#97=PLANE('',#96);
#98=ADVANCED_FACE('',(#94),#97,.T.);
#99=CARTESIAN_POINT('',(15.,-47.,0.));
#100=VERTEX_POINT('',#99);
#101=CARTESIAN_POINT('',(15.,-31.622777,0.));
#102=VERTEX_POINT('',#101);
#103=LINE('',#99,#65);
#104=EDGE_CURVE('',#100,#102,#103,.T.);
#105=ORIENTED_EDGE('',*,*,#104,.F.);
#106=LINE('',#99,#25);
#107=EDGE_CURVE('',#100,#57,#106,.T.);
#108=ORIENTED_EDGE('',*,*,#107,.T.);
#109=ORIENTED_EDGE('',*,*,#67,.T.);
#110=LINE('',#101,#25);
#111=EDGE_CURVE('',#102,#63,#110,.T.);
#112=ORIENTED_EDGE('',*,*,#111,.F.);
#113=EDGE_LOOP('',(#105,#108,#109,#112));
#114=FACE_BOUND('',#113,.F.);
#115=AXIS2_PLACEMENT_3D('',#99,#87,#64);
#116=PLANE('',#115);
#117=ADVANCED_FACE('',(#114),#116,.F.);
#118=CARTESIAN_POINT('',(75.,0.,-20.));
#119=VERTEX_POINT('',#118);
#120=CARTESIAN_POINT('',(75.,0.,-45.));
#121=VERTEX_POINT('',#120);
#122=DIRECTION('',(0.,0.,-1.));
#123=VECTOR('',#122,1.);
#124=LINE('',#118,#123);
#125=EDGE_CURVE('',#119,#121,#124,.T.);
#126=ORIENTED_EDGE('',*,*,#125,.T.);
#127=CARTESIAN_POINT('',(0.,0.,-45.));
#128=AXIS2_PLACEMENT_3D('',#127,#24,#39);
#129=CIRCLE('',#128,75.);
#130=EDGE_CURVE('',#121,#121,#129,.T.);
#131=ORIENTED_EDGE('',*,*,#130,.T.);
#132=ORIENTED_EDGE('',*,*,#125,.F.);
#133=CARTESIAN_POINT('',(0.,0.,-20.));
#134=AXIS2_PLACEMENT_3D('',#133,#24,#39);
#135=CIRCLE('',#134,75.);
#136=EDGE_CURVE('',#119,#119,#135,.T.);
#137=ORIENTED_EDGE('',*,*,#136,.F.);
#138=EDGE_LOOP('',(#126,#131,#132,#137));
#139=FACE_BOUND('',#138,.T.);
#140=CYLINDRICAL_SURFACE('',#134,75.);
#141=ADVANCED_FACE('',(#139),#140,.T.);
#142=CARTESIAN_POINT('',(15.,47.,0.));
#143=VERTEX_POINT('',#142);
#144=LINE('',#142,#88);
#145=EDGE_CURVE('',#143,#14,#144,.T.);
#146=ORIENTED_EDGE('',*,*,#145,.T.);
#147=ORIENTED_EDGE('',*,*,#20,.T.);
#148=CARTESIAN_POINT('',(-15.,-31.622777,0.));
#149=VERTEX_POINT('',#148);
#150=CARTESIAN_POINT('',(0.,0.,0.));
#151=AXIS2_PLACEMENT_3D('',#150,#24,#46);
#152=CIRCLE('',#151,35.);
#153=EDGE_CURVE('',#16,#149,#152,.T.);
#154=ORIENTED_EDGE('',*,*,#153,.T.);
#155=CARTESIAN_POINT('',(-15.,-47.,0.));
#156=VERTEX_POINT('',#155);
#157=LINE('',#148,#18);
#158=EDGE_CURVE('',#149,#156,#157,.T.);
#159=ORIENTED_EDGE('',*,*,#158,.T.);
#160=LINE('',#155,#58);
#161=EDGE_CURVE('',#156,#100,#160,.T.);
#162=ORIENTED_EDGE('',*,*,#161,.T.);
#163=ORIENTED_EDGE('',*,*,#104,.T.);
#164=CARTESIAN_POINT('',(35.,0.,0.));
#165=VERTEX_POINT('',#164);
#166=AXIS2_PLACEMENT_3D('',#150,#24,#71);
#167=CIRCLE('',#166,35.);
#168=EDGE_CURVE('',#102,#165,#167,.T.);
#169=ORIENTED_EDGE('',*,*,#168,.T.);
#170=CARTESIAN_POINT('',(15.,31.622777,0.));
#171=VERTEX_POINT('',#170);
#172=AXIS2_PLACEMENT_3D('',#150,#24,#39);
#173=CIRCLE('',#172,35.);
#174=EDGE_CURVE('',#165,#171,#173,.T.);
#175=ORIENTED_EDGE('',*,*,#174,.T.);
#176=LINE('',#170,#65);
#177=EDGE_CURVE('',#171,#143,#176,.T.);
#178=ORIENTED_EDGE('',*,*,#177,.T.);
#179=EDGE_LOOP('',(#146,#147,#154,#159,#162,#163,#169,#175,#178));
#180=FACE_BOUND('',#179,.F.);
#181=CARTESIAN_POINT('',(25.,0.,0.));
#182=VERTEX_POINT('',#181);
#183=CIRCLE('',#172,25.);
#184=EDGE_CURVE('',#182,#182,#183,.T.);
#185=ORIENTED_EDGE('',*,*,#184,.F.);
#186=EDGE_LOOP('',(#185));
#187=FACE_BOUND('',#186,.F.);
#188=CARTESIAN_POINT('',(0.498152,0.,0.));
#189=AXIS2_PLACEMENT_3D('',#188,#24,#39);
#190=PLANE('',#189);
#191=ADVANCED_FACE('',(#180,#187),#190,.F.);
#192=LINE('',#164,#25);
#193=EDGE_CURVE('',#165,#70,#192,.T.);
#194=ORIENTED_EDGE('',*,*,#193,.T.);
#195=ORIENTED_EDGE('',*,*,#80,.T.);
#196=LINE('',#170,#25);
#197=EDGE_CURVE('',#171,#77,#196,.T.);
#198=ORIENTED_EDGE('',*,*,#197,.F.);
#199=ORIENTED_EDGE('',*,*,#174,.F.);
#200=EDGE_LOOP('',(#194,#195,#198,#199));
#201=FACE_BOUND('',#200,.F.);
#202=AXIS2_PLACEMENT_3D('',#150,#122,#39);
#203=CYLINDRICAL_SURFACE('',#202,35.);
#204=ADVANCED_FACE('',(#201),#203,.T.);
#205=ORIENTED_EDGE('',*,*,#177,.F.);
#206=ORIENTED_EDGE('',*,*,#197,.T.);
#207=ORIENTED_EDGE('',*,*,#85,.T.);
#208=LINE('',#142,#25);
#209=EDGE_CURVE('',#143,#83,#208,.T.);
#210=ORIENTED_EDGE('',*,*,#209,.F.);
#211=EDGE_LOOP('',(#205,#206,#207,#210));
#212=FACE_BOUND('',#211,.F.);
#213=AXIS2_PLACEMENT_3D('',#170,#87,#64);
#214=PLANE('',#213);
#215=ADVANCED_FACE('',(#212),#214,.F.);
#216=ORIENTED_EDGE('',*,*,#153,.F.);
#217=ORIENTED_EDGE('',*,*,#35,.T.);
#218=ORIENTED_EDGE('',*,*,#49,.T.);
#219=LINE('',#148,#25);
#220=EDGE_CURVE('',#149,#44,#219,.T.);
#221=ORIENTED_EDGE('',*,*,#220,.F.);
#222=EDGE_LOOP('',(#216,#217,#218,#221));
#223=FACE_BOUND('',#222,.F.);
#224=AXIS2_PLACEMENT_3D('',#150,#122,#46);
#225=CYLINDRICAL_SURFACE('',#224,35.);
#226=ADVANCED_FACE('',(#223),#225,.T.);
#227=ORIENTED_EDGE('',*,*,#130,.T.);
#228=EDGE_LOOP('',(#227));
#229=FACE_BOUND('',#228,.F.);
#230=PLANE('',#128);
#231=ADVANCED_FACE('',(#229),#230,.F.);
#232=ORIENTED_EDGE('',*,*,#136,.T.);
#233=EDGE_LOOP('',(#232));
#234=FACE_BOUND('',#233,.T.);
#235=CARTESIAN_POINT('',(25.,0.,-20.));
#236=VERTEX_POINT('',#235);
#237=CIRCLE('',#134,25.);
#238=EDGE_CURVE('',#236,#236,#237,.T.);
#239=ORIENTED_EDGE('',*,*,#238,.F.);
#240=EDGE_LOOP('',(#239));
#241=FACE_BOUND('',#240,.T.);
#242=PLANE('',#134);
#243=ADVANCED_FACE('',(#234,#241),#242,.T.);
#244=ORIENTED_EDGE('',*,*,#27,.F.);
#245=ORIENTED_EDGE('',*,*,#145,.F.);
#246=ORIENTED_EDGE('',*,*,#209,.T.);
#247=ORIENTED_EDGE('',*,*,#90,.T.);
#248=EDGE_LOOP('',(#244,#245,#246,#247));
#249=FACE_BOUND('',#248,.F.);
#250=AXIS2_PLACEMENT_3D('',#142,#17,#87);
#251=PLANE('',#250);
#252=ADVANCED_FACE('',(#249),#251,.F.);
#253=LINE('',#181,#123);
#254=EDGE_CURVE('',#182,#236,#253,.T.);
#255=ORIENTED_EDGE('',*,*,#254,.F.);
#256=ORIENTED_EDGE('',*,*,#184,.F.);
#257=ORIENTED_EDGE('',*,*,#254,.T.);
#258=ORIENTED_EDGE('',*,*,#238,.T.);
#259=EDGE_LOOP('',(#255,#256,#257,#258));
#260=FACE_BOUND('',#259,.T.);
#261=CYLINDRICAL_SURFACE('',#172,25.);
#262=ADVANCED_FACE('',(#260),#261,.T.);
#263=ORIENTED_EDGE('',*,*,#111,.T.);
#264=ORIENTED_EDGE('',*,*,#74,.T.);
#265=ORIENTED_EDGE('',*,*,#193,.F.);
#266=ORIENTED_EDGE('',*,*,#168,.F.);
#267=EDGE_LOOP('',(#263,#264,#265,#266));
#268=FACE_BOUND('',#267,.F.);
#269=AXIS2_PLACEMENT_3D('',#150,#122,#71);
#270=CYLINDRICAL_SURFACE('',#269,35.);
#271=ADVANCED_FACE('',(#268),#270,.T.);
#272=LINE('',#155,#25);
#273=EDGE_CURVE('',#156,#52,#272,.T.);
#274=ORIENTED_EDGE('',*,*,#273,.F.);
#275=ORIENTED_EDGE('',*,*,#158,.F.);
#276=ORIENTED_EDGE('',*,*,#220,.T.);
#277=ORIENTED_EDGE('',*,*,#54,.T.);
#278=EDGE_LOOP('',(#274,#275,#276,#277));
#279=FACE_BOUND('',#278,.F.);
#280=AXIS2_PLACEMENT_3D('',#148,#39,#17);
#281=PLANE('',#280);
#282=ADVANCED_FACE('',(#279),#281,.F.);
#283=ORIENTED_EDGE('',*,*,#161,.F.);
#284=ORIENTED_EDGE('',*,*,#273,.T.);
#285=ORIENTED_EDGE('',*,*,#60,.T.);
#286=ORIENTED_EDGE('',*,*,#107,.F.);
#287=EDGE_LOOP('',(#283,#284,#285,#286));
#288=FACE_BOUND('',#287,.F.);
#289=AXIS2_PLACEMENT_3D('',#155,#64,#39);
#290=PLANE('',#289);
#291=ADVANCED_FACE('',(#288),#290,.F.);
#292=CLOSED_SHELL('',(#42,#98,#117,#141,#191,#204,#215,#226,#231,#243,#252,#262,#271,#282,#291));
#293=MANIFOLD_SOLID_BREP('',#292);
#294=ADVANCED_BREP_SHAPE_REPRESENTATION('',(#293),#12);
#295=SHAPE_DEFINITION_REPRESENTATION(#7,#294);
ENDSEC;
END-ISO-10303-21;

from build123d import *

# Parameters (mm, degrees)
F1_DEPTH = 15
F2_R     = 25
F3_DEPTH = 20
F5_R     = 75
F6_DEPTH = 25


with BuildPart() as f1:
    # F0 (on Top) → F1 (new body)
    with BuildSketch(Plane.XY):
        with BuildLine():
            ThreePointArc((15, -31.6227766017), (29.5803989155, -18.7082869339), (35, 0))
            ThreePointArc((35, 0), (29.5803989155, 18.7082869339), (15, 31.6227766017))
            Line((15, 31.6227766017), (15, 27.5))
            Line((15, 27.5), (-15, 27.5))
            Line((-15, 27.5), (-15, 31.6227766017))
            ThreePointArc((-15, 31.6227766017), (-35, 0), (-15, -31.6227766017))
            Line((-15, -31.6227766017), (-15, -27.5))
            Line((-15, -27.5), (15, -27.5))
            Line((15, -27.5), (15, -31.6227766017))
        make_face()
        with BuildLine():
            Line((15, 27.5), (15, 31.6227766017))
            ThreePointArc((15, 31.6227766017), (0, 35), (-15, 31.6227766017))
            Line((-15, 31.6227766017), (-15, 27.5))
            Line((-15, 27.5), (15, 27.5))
++++++++++
* _PROBLEM TO SOLVE_: Of the lines above, retype only those from the line containing "#208=LINE('',#142,#25);" through the line containing "#221=ORIENTED_EDGE('',*,*,#220,.F.);", including both, exactly.

* _RESPONSE BOX_:
#208=LINE('',#142,#25);
#209=EDGE_CURVE('',#143,#83,#208,.T.);
#210=ORIENTED_EDGE('',*,*,#209,.F.);
#211=EDGE_LOOP('',(#205,#206,#207,#210));
#212=FACE_BOUND('',#211,.F.);
#213=AXIS2_PLACEMENT_3D('',#170,#87,#64);
#214=PLANE('',#213);
#215=ADVANCED_FACE('',(#212),#214,.F.);
#216=ORIENTED_EDGE('',*,*,#153,.F.);
#217=ORIENTED_EDGE('',*,*,#35,.T.);
#218=ORIENTED_EDGE('',*,*,#49,.T.);
#219=LINE('',#148,#25);
#220=EDGE_CURVE('',#149,#44,#219,.T.);
#221=ORIENTED_EDGE('',*,*,#220,.F.);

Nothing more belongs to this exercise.